Despite one odd summer job as a sustainable ginseng farmer, Hollender was not yet an environmentalist. But when he came across a nearly defunct catalog of ecoproducts, he saw an opportunity “to have a business that made a positive contribution through the products it sold.” He and a partner took over the catalog, called it Seventh Generation (named for the Native American proverb, “In our every deliberation, we must consider the impact of our decisions on the next seven generations”) and started hawking $26 compact florescent light bulbs and water-saving devices for sinks and toilets. In 1995, Hollender made a pivotal move to sell the catalog and focus on the wholesale products business. It was a bold decision to revamp a line of products that even Hollender admits didn’t work very well. “If you wanted to pay double and walk around in dirty clothes you loved Seventh Generation,” he jokes. But the company invested in improving its formulas and gained a cultlike following of environmentalists.
Still, Seventh Generation didn’t turn a profit for 13 years.

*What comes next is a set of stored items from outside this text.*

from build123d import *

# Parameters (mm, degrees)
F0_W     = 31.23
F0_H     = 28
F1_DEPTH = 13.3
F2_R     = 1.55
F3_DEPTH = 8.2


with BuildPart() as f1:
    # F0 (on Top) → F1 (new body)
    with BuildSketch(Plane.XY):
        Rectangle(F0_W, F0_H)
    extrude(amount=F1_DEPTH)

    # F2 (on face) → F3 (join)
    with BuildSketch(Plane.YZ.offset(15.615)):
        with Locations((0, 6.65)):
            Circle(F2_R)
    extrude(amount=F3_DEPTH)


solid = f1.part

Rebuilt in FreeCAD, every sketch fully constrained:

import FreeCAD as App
import Part
import Sketcher

doc = App.newDocument("Part")
body = doc.addObject("PartDesign::Body", "Body")

# Sketch on XY plane
sketch1 = body.newObject("Sketcher::SketchObject", "Sketch")
sketch1.AttachmentSupport = (doc.getObject("XY_Plane"), [""])
sketch1.MapMode = "FlatFace"
sketch1.addGeometry([
    Part.LineSegment(App.Vector(-16, 14, 0), App.Vector(-16, -14, 0)),
    Part.LineSegment(App.Vector(-16, -14, 0), App.Vector(16, -14, 0)),
    Part.LineSegment(App.Vector(16, -14, 0), App.Vector(16, 14, 0)),
    Part.LineSegment(App.Vector(16, 14, 0), App.Vector(-16, 14, 0)),
], False)
sketch1.addConstraint([
    Sketcher.Constraint("Coincident", 0, 2, 1, 1),
    Sketcher.Constraint("Coincident", 1, 2, 2, 1),
    Sketcher.Constraint("Coincident", 2, 2, 3, 1),
    Sketcher.Constraint("Coincident", 3, 2, 0, 1),
    Sketcher.Constraint("Vertical", 0),
    Sketcher.Constraint("Horizontal", 1),
    Sketcher.Constraint("Vertical", 2),
    Sketcher.Constraint("Horizontal", 3),
    Sketcher.Constraint("Symmetric", 0, 2, 2, 2, -1, 1),
    Sketcher.Constraint("DistanceY", 0, 2, 0, 1, 28.0),
    Sketcher.Constraint("DistanceX", 1, 1, 1, 2, 31.23),
])
pad1 = body.newObject("PartDesign::Pad", "Pad")
pad1.Profile = sketch1
pad1.Length = 13.3

# Sketch on YZ plane
sketch2 = body.newObject("Sketcher::SketchObject", "Sketch001")
sketch2.AttachmentSupport = (doc.getObject("YZ_Plane"), [""])
sketch2.MapMode = "FlatFace"
sketch2.AttachmentOffset = App.Placement(App.Vector(0, 0, 15.615), App.Rotation())
sketch2.addGeometry(Part.Circle(App.Vector(0, 6.7, 0), App.Vector(0, 0, 1), 1.6), False)
sketch2.addConstraint([
    Sketcher.Constraint("PointOnObject", 0, 3, -2),
    Sketcher.Constraint("Diameter", 0, 3.1),
    Sketcher.Constraint("DistanceY", -1, 1, 0, 3, 6.65),
])
pad2 = body.newObject("PartDesign::Pad", "Pad001")
pad2.Profile = sketch2
pad2.Length = 8.2

doc.recompute()
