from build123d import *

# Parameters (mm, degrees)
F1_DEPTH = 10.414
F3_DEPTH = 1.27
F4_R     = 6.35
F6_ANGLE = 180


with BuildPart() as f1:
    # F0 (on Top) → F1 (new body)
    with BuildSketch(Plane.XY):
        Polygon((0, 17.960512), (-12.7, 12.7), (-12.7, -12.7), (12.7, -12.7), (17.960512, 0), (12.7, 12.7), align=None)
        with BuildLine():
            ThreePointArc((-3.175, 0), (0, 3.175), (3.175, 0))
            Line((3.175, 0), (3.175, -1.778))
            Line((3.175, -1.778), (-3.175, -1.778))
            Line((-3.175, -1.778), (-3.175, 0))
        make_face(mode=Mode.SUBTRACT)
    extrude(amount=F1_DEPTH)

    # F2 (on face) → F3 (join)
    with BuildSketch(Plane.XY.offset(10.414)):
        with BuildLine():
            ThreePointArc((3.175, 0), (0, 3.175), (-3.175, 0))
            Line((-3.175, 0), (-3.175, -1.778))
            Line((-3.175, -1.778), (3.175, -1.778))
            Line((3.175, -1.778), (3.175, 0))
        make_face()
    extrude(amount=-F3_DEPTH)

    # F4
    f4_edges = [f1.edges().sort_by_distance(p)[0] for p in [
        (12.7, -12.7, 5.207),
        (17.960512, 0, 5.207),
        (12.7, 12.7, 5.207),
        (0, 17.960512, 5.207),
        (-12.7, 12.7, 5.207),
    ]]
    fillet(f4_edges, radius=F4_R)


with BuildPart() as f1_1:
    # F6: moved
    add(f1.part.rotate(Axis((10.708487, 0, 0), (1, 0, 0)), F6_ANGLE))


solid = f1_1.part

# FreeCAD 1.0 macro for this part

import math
import FreeCAD as App
import Part
import Sketcher
Q = App.Units.Quantity


def edges_at(feature, points):
    """Names of the edges that pass closest to the given points."""
    edges = feature.Shape.Edges
    near = lambda p: min(range(len(edges)), key=lambda i: edges[i].distToShape(Part.Vertex(*p))[0])
    return sorted({f"Edge{near(p) + 1}" for p in points})


def add_polygon(sketch, points):
    """Adds a closed chain of lines whose ends are joined by coincident constraints."""
    first, n = sketch.GeometryCount, len(points)
    for a, b in zip(points, points[1:] + points[:1]):
        sketch.addGeometry(Part.LineSegment(App.Vector(*a, 0), App.Vector(*b, 0)), False)
    for i in range(n):
        sketch.addConstraint(Sketcher.Constraint("Coincident", first + i, 2, first + (i + 1) % n, 1))

doc = App.newDocument("Part")
body = doc.addObject("PartDesign::Body", "Body")

# Sketch on XY plane
sketch1 = body.newObject("Sketcher::SketchObject", "Sketch")
sketch1.AttachmentSupport = (doc.getObject("XY_Plane"), [""])
sketch1.MapMode = "FlatFace"
add_polygon(sketch1, [(0, 18), (-12.7, 12.7), (-12.7, -12.7), (12.7, -12.7), (18, 0), (12.7, 12.7)])  # lines 0-5
sketch1.addGeometry(Part.LineSegment(App.Vector(-3.2, -1.8, 0), App.Vector(-3.2, 0, 0)), False)  # 6
sketch1.addGeometry(Part.ArcOfCircle(Part.Circle(App.Vector(0, 0, 0), App.Vector(0, 0, 1), 3.2), math.radians(0), math.radians(180)), False)  # 7
sketch1.addGeometry(Part.LineSegment(App.Vector(3.2, 0, 0), App.Vector(3.2, -1.8, 0)), False)  # 8
sketch1.addGeometry(Part.LineSegment(App.Vector(3.2, -1.8, 0), App.Vector(-3.2, -1.8, 0)), False)  # 9
sketch1.addConstraint([
    Sketcher.Constraint("Tangent", 6, 2, 7, 2),
    Sketcher.Constraint("Tangent", 7, 1, 8, 1),
    Sketcher.Constraint("Coincident", 8, 2, 9, 1),
    Sketcher.Constraint("Coincident", 9, 2, 6, 1),
    Sketcher.Constraint("Vertical", 1),
    Sketcher.Constraint("Horizontal", 2),
    Sketcher.Constraint("Vertical", 6),
    Sketcher.Constraint("Vertical", 8),
    Sketcher.Constraint("Horizontal", 9),
    Sketcher.Constraint("Coincident", 7, 3, -1, 1),
    Sketcher.Constraint("Symmetric", 0, 2, 2, 2, -1, 1),
    Sketcher.Constraint("Symmetric", 1, 2, 4, 2, -1, 1),
    Sketcher.Constraint("PointOnObject", 3, 2, -1),
    Sketcher.Constraint("PointOnObject", 5, 2, -2),
    Sketcher.Constraint("Perpendicular", 0, 4),
    Sketcher.Constraint("Equal", 2, 1),
    Sketcher.Constraint("DistanceX", 2, 1, 2, 2, Q("1 in")),
    Sketcher.Constraint("Radius", 7, Q("0.125 in")),
    Sketcher.Constraint("DistanceY", 6, 1, 6, 2, Q("0.07 in")),
    Sketcher.Constraint("Angle", 0, Q("-157.500001 deg")),
])
pad1 = body.newObject("PartDesign::Pad", "Pad")
pad1.Profile = sketch1
pad1.Length = Q("0.41 in")

# Sketch on XY plane
sketch2 = body.newObject("Sketcher::SketchObject", "Sketch001")
sketch2.AttachmentSupport = (doc.getObject("XY_Plane"), [""])
sketch2.MapMode = "FlatFace"
sketch2.AttachmentOffset = App.Placement(App.Vector(0, 0, 0.41 * 25.4), App.Rotation())
sketch2.addGeometry([
    Part.ArcOfCircle(Part.Circle(App.Vector(0, 0, 0), App.Vector(0, 0, 1), 3.2), math.radians(0), math.radians(180)),
    Part.LineSegment(App.Vector(-3.2, 0, 0), App.Vector(-3.2, -1.8, 0)),
    Part.LineSegment(App.Vector(-3.2, -1.8, 0), App.Vector(3.2, -1.8, 0)),
    Part.LineSegment(App.Vector(3.2, -1.8, 0), App.Vector(3.2, 0, 0)),
], False)
sketch2.addConstraint([
    Sketcher.Constraint("Tangent", 0, 2, 1, 1),
    Sketcher.Constraint("Coincident", 1, 2, 2, 1),
    Sketcher.Constraint("Coincident", 2, 2, 3, 1),
    Sketcher.Constraint("Tangent", 3, 2, 0, 1),
    Sketcher.Constraint("Vertical", 1),
    Sketcher.Constraint("Horizontal", 2),
    Sketcher.Constraint("Vertical", 3),
    Sketcher.Constraint("Coincident", 0, 3, -1, 1),
    Sketcher.Constraint("Radius", 0, Q("0.125 in")),
    Sketcher.Constraint("DistanceY", 1, 2, 1, 1, Q("0.07 in")),
])
pad2 = body.newObject("PartDesign::Pad", "Pad001")
pad2.Profile = sketch2
pad2.Length = Q("0.05 in")
pad2.Reversed = True
doc.recompute()

fillet = body.newObject("PartDesign::Fillet", "Fillet")
fillet.Base = (pad2, edges_at(pad2, [
    (12.7, -12.7, 5.207),
    (17.961, 0, 5.207),
    (12.7, 12.7, 5.207),
    (0, 17.961, 5.207),
    (-12.7, 12.7, 5.207),
]))
fillet.Radius = Q("0.25 in")
body2 = doc.addObject("PartDesign::Body", "Body001")
doc.recompute()

body.Placement = App.Placement(App.Vector(0, 0, 0), App.Rotation(App.Vector(1, 0, 0), 180))
boolean = body2.newObject("PartDesign::Boolean", "Boolean")
boolean.Type = "Fuse"
boolean.addObjects([body])

doc.recompute()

That changed in 2000 when the company started growing 30 percent a year on average. The reason? Whole Foods, one of Seventh Generation’s first major retailers, showcased Seventh Generation to a growing audience. The line was picked up by traditional grocery stores like A&P, Gristedes, and Food Emporium, and in 2005, Target. Hollender had gone mainstream.

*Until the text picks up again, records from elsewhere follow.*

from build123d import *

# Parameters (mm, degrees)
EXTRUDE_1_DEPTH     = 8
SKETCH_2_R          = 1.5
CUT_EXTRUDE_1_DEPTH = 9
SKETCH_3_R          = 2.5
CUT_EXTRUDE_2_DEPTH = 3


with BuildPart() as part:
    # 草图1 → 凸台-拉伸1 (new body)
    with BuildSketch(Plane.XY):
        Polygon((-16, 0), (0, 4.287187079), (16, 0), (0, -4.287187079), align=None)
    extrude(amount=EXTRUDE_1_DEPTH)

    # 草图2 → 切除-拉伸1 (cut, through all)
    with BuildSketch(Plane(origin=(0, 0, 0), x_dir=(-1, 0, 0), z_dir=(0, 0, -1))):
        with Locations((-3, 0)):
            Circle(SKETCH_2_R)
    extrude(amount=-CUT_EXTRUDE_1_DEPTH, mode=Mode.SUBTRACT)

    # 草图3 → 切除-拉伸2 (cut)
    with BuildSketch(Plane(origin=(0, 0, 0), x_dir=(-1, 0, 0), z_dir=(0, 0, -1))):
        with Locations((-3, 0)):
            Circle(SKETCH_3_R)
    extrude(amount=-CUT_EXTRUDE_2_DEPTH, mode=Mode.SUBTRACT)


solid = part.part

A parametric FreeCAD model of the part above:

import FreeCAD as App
import Part
import Sketcher

V = App.Vector
Q = App.Units.Quantity


def add_polygon(sketch, points):
    """Adds a closed chain of lines whose ends are joined by coincident constraints."""
    first, n = sketch.GeometryCount, len(points)
    for a, b in zip(points, points[1:] + points[:1]):
        sketch.addGeometry(Part.LineSegment(App.Vector(*a, 0), App.Vector(*b, 0)), False)
    for i in range(n):
        sketch.addConstraint(Sketcher.Constraint("Coincident", first + i, 2, first + (i + 1) % n, 1))

doc = App.newDocument("Part")
body = doc.addObject("PartDesign::Body", "Body")

sketch1 = body.newObject("Sketcher::SketchObject", "Sketch")
sketch1.AttachmentSupport = (doc.getObject("XY_Plane"), [""])
sketch1.MapMode = "FlatFace"
add_polygon(sketch1, [(0, 4.287187), (-16, 0), (0, -4.287187), (16, 0)])
sketch1.addConstraint([
    Sketcher.Constraint("Symmetric", 0, 2, 2, 2, -1, 1),
    Sketcher.Constraint("Symmetric", 1, 2, 3, 2, -1, 1),
    Sketcher.Constraint("PointOnObject", 0, 2, -1),
    Sketcher.Constraint("PointOnObject", 1, 2, -2),
    Sketcher.Constraint("Angle", 0, Q("-165 deg")),
    Sketcher.Constraint("DistanceX", 0, 2, -1, 1, Q("16 mm")),
])
pad1 = body.newObject("PartDesign::Pad", "Pad")
pad1.Profile = sketch1
pad1.Length = 8

sketch2 = body.newObject("Sketcher::SketchObject", "Sketch001")
sketch2.AttachmentSupport = (doc.getObject("XY_Plane"), [""])
sketch2.MapMode = "FlatFace"
sketch2.addGeometry(Part.Circle(V(3, 0, 0), V(0, 0, 1), 1.5), False)
sketch2.addConstraint([
    Sketcher.Constraint("PointOnObject", 0, 3, -1),
    Sketcher.Constraint("Diameter", 0, Q("3 mm")),
    Sketcher.Constraint("DistanceX", -1, 1, 0, 3, Q("3 mm")),
])
pocket1 = body.newObject("PartDesign::Pocket", "Pocket")
pocket1.Profile = sketch2
pocket1.Type = "ThroughAll"
pocket1.Reversed = True

sketch3 = body.newObject("Sketcher::SketchObject", "Sketch002")
sketch3.AttachmentSupport = (doc.getObject("XY_Plane"), [""])
sketch3.MapMode = "FlatFace"
sketch3.addGeometry(Part.Circle(V(3, 0, 0), V(0, 0, 1), 2.5), False)
sketch3.addConstraint([
    Sketcher.Constraint("PointOnObject", 0, 3, -1),
    Sketcher.Constraint("Diameter", 0, Q("5 mm")),
    Sketcher.Constraint("DistanceX", -1, 1, 0, 3, Q("3 mm")),
])
pocket2 = body.newObject("PartDesign::Pocket", "Pocket001")
pocket2.Profile = sketch3
pocket2.Length = 3
pocket2.Reversed = True

doc.recompute()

For now, Seventh Generation has remained independent. True to its founding values, the company still gives 10 percent of its profits to nonprofit groups, and takes a counterintuitive approach to sales (encouraging consumers to line-dry their clothes instead of machine drying them, even though the company sells dryer sheets).
Seventh Generation, however, hasn’t been able to resist getting more corporate minded. Last year Hollender stepped aside as CEO and tapped Chuck Maniscalco, who previously ran a $10 billion products division at PepsiCo, to replace him. Hollender says Maniscalco can do what he can’t: grow the business to exceed $500 million in the next five years. “They were the pioneers in the industry and a whole bunch of players redefined it, and did greenwashing,” says Chris Haack, a senior market analyst at Mintel. “Seventh Generation is the bedrock of this market and a watchdog; now they are saying it’s time to take a look at us again. What they are doing seems very smart.”
Hollender remains the executive chairman and retains the title of “chief inspired protagonist.” He doesn’t seem to be stepping aside as a green evangelist; he speaks constantly about his latest book, The Responsibility Revolution, and aggressively lobbies for progressive change through the newly formed American Sustainable Business Council. He’s also returning to his desire to transform education, this time with the launch of the Sustainability Institute, an online educational program with Kaplan [NEWSWEEK and Kaplan are both owned by The Washington Post Company.] Sound unusual? For now, maybe. But given Hollender’s track record, it’s likely others will follow his lead eventually.